Soil temperature data
A Cox Tracer model CT1ED8 recording thermometer with an external sensor was used to measure soil surface temperature (Tsoil) at SCD from 19 June through 22 July and 31 July through 27 September 2001. Temperatures were automatically recorded at 15-min intervals. Air temperature (Tair, °C) at 1.5-m height, solar radiation (W m-2) and wind speed (m s-1) at 10-m height were obtained from the Cherokee Oklahoma Mesonet Station located approximately 9.5-km northwest of SCD. The raw data were at 5-min intervals, so 15-min means were calculated for comparison to measured Tsoil. Because the latter were available for only part of the summer, Mesonet data were used to model Tsoil over a 4-month period (June – September). A direct multiple regression of the three Mesonet parameters explained 88.4% of the variance in measured Tsoil, and 90% of the residuals were within ± 5.2°C. The relationship was improved by using 1-h sliding means of solar irradiance with a 3-h lag, which resulted in a subjectively acceptable model: predicted Tsoil = 0.924Tair + 0.010lagsolar - 0.383wind + 5.743 (n = 8699, r2 = 0.937, 90% of residuals within ± 3.5°C). Tair, lagged solar and wind speed explained 85.4%, 7.5% and 0.8% of the variance in Tsoil, respectively.
Statistics
Analyses were performed on biotic and abiotic data collected from the three permanent sampling stations (i.e., NCD, CC and SCD). All statistical tests were considered significant at the level of P < 0.05. Sampling dates with missing data were excluded to prevent bias. A one-way ANOVA was performed to test for mean differences among wells for each site. A Tukey pair-wise comparison for each well was conducted for each site between chlorophyll and wells to determine the relative order of variables.

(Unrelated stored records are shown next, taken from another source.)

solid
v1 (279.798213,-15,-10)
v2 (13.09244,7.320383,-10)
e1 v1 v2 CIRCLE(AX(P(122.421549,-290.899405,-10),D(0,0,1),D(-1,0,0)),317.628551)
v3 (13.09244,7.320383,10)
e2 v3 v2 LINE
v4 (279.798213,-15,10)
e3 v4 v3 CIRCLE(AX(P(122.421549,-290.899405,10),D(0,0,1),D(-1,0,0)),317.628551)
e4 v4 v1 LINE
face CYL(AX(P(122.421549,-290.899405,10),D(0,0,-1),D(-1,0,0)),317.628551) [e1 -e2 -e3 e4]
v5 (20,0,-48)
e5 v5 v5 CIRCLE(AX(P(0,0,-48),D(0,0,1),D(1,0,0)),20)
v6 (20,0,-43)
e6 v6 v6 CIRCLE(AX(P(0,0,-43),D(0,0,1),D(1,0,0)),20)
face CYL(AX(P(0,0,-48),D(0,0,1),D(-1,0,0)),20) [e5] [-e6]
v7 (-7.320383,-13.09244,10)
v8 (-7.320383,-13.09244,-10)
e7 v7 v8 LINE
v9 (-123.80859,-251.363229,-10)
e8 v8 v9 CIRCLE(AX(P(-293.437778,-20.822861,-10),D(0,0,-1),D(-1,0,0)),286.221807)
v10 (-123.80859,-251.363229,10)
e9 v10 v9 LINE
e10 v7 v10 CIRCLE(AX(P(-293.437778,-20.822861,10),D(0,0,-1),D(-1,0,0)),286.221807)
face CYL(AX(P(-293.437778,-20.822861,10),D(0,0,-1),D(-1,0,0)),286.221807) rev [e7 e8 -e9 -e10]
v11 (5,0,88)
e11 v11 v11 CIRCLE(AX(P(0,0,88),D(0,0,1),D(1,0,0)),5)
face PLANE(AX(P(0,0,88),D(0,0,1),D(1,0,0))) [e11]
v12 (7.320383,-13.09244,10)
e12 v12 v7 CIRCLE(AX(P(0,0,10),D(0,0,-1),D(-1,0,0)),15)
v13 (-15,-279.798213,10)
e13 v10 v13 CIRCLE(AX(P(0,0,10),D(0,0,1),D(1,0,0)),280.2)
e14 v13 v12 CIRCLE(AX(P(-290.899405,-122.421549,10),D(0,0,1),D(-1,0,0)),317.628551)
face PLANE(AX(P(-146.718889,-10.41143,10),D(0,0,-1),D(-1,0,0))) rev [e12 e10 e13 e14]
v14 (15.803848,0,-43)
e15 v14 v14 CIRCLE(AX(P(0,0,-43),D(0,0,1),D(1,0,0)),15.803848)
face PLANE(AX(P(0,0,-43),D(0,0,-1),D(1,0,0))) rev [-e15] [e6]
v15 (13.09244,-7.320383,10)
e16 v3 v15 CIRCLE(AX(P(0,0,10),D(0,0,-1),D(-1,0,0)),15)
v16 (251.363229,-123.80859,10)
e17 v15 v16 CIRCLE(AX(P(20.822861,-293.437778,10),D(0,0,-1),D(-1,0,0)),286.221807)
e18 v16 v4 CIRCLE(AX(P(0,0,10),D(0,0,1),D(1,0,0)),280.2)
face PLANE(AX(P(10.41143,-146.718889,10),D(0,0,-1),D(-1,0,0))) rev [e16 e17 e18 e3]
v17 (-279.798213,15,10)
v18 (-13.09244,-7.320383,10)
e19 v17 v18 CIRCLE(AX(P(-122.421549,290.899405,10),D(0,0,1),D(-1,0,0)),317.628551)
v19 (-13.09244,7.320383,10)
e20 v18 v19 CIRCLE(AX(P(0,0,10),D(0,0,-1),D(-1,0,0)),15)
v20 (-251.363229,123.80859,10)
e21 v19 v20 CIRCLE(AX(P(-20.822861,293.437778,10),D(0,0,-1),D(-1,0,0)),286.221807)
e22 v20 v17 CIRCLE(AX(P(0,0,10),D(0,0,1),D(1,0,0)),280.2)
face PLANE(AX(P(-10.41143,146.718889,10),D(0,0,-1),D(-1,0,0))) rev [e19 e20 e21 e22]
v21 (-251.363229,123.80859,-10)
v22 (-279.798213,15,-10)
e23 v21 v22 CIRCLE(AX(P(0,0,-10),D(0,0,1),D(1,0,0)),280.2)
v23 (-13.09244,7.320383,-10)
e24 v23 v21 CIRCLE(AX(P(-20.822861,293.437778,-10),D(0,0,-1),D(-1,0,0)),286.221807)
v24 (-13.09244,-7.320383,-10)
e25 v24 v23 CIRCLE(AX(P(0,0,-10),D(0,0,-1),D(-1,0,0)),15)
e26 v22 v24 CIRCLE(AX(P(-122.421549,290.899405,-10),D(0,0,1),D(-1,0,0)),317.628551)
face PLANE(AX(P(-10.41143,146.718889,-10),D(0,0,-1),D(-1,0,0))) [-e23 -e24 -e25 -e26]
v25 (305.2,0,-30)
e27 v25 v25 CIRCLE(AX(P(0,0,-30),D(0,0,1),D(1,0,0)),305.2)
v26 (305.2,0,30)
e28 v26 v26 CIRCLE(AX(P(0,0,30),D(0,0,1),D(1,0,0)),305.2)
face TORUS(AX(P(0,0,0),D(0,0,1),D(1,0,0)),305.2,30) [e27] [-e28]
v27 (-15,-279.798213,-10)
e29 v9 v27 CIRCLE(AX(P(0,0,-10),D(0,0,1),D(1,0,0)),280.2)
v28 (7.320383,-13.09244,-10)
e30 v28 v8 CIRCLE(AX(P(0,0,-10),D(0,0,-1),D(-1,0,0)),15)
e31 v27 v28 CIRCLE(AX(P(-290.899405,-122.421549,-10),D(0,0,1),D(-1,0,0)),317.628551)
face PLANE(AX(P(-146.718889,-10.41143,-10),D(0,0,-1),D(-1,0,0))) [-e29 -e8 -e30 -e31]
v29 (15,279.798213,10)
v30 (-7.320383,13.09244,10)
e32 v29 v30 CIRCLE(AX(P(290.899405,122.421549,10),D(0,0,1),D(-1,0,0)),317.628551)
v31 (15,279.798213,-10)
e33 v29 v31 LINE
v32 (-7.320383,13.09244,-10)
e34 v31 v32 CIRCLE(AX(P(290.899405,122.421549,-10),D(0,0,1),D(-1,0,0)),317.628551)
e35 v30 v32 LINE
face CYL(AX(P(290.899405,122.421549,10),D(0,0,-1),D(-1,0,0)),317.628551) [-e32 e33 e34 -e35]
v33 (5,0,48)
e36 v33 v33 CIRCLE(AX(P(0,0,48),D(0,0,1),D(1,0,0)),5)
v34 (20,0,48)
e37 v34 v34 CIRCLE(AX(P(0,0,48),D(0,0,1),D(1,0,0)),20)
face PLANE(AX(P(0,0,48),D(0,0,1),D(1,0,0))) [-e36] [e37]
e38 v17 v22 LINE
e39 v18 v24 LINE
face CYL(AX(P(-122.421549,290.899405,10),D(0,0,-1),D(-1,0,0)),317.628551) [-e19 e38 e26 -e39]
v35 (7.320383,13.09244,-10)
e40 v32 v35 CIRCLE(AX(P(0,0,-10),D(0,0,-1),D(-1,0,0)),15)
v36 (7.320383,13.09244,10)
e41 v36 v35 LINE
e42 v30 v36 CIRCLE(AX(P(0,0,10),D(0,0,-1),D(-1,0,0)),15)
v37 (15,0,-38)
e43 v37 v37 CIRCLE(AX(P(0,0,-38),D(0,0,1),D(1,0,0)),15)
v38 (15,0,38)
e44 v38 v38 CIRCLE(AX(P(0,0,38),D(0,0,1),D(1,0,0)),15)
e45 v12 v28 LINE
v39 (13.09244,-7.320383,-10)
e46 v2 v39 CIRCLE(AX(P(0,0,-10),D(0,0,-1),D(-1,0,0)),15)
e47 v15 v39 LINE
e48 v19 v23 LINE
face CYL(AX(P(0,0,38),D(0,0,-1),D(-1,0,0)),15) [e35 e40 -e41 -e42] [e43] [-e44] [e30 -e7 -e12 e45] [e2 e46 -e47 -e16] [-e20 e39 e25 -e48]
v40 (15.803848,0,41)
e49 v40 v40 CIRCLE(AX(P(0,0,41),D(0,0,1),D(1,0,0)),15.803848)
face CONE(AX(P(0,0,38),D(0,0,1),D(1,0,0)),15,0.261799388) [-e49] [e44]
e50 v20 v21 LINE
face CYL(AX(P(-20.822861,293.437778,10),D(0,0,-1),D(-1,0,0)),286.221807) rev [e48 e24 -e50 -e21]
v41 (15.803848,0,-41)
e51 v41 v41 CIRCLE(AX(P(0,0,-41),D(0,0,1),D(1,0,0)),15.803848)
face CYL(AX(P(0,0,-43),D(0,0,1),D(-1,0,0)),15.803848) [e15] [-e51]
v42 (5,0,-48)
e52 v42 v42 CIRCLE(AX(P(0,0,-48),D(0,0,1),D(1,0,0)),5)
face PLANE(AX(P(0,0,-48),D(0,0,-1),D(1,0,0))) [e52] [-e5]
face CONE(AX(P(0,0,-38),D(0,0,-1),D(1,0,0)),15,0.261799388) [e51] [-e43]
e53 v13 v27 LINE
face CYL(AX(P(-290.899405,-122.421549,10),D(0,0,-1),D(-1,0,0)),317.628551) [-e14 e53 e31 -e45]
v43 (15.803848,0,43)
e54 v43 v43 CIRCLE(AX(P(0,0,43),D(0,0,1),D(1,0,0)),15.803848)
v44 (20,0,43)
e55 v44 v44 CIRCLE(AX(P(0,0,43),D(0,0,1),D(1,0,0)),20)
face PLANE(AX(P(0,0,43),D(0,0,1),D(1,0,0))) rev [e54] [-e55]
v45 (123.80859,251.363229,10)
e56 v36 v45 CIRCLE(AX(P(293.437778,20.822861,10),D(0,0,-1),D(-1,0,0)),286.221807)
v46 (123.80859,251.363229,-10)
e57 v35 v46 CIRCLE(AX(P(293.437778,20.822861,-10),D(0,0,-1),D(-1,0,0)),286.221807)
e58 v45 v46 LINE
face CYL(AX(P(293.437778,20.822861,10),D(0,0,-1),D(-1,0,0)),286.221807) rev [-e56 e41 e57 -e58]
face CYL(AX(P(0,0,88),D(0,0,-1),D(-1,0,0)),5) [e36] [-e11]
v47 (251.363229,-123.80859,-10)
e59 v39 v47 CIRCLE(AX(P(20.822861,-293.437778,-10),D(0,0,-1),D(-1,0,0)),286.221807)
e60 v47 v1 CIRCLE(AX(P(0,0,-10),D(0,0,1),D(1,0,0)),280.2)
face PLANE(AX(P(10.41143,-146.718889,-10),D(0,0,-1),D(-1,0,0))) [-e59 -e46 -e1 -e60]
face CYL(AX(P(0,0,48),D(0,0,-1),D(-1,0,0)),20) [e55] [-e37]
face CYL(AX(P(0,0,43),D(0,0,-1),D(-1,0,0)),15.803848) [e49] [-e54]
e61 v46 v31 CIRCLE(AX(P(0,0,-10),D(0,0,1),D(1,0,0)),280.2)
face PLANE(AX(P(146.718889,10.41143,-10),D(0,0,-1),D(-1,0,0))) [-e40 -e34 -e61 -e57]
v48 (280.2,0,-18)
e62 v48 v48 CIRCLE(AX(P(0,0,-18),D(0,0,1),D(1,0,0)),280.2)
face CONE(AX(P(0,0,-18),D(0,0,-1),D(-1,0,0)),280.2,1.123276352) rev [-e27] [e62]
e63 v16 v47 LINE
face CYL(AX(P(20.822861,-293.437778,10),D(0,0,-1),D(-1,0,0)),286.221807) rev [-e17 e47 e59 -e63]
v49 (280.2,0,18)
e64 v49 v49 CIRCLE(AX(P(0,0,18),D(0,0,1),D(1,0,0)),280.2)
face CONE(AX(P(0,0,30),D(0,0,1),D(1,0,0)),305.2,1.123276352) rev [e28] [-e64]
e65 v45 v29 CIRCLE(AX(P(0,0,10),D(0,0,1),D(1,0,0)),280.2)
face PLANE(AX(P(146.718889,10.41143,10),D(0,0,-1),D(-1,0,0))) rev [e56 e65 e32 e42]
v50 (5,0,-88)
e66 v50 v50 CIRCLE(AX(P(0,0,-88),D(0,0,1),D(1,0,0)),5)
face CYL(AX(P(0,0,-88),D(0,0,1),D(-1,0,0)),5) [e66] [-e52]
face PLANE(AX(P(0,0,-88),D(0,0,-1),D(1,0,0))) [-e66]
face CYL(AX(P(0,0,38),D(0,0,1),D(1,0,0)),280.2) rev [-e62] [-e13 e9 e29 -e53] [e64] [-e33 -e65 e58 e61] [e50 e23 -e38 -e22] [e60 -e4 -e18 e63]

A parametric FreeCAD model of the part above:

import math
import FreeCAD as App
import Part
import Sketcher
Q = App.Units.Quantity


def faces_at(feature, points):
    """Names of the faces that lie closest to the given points."""
    faces = feature.Shape.Faces
    near = lambda p: min(range(len(faces)), key=lambda i: faces[i].distToShape(Part.Vertex(*p))[0])
    return sorted({f"Face{near(p) + 1}" for p in points})


def add_polygon(sketch, points):
    """Adds a closed chain of lines whose ends are joined by coincident constraints."""
    first, n = sketch.GeometryCount, len(points)
    for a, b in zip(points, points[1:] + points[:1]):
        sketch.addGeometry(Part.LineSegment(App.Vector(*a, 0), App.Vector(*b, 0)), False)
    for i in range(n):
        sketch.addConstraint(Sketcher.Constraint("Coincident", first + i, 2, first + (i + 1) % n, 1))

doc = App.newDocument("Part")
body = doc.addObject("PartDesign::Body", "Body")

# Sketch on XY plane
sketch1 = body.newObject("Sketcher::SketchObject", "Sketch")
sketch1.AttachmentSupport = (doc.getObject("XY_Plane"), [""])
sketch1.MapMode = "FlatFace"
sketch1.addGeometry(Part.Circle(App.Vector(0, 0, 0), App.Vector(0, 0, 1), 15), False)
sketch1.addConstraint(Sketcher.Constraint("Coincident", 0, 3, -1, 1))
sketch1.addConstraint(Sketcher.Constraint("Diameter", 0, Q("30 mm")))
pad1 = body.newObject("PartDesign::Pad", "Pad")
pad1.Profile = sketch1
pad1.Length = 38
body2 = doc.addObject("PartDesign::Body", "Body001")

# Sketch on XY plane
sketch2 = body2.newObject("Sketcher::SketchObject", "Sketch001")
sketch2.AttachmentSupport = (doc.getObject("XY_Plane001"), [""])
sketch2.MapMode = "FlatFace"
sketch2.AttachmentOffset = App.Placement(App.Vector(0, 0, 38), App.Rotation())
sketch2.addGeometry(Part.Circle(App.Vector(0, 0, 0), App.Vector(0, 0, 1), 15), False)
sketch2.addConstraint(Sketcher.Constraint("Coincident", 0, 3, -1, 1))
sketch2.addConstraint(Sketcher.Constraint("Diameter", 0, Q("30 mm")))
pad2 = body2.newObject("PartDesign::Pad", "Pad001")
pad2.Profile = sketch2
pad2.Length = 3
doc.recompute()

datumplane = body2.newObject("PartDesign::Plane", "DatumPlane")
datumplane.AttachmentSupport = (doc.getObject("XY_Plane001"), [""])
datumplane.MapMode = "FlatFace"
datumplane.AttachmentOffset = App.Placement(App.Vector(0, 0, 38), App.Rotation())
draft = body2.newObject("PartDesign::Draft", "Draft")
draft.Base = (pad2, faces_at(pad2, [(-15, 0, 39.5)]))
draft.NeutralPlane = (datumplane, [""])
draft.Angle = 15
draft.Reversed = True
doc.recompute()

boolean = body.newObject("PartDesign::Boolean", "Boolean")
boolean.Type = "Fuse"
boolean.addObjects([body2])

# Sketch on XY plane
sketch3 = body.newObject("Sketcher::SketchObject", "Sketch002")
sketch3.AttachmentSupport = (doc.getObject("XY_Plane"), [""])
sketch3.MapMode = "FlatFace"
sketch3.AttachmentOffset = App.Placement(App.Vector(0, 0, 41), App.Rotation())
sketch3.addGeometry(Part.Circle(App.Vector(0, 0, 0), App.Vector(0, 0, 1), 15.803848), False)
sketch3.addConstraint(Sketcher.Constraint("Coincident", 0, 3, -1, 1))
sketch3.addConstraint(Sketcher.Constraint("Diameter", 0, Q("31.607695 mm")))
pad3 = body.newObject("PartDesign::Pad", "Pad002")
pad3.Profile = sketch3
pad3.Length = 2

# Sketch on XY plane
sketch4 = body.newObject("Sketcher::SketchObject", "Sketch003")
sketch4.AttachmentSupport = (doc.getObject("XY_Plane"), [""])
sketch4.MapMode = "FlatFace"
sketch4.AttachmentOffset = App.Placement(App.Vector(0, 0, 43), App.Rotation())
sketch4.addGeometry(Part.Circle(App.Vector(0, 0, 0), App.Vector(0, 0, 1), 20), False)
sketch4.addConstraint(Sketcher.Constraint("Coincident", 0, 3, -1, 1))
sketch4.addConstraint(Sketcher.Constraint("Diameter", 0, Q("40 mm")))
pad4 = body.newObject("PartDesign::Pad", "Pad003")
pad4.Profile = sketch4
pad4.Length = 5

# Sketch on XY plane
sketch5 = body.newObject("Sketcher::SketchObject", "Sketch004")
sketch5.AttachmentSupport = (doc.getObject("XY_Plane"), [""])
sketch5.MapMode = "FlatFace"
sketch5.AttachmentOffset = App.Placement(App.Vector(0, 0, 48), App.Rotation())
sketch5.addGeometry(Part.Circle(App.Vector(0, 0, 0), App.Vector(0, 0, 1), 5), False)
sketch5.addConstraint(Sketcher.Constraint("Coincident", 0, 3, -1, 1))
sketch5.addConstraint(Sketcher.Constraint("Diameter", 0, Q("10 mm")))
pad5 = body.newObject("PartDesign::Pad", "Pad004")
pad5.Profile = sketch5
pad5.Length = 40
body3 = doc.addObject("PartDesign::Body", "Body002")
doc.recompute()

Since samples from each well were potentially intercorrelated, a Principal Components Analysis (PCA) was conducted to summarize the variables into smaller, uncorrelated subsets. Stepwise regressions were conducted on 1) chlorophyll (response variable) versus each predictor variable for each site and 2) chlorophyll versus predictor variables and principal components. Data were log-transformed and a Discriminant Function Analysis was conducted to identify those sites that were most alike and to identify variables most useful for distinguishing among groups.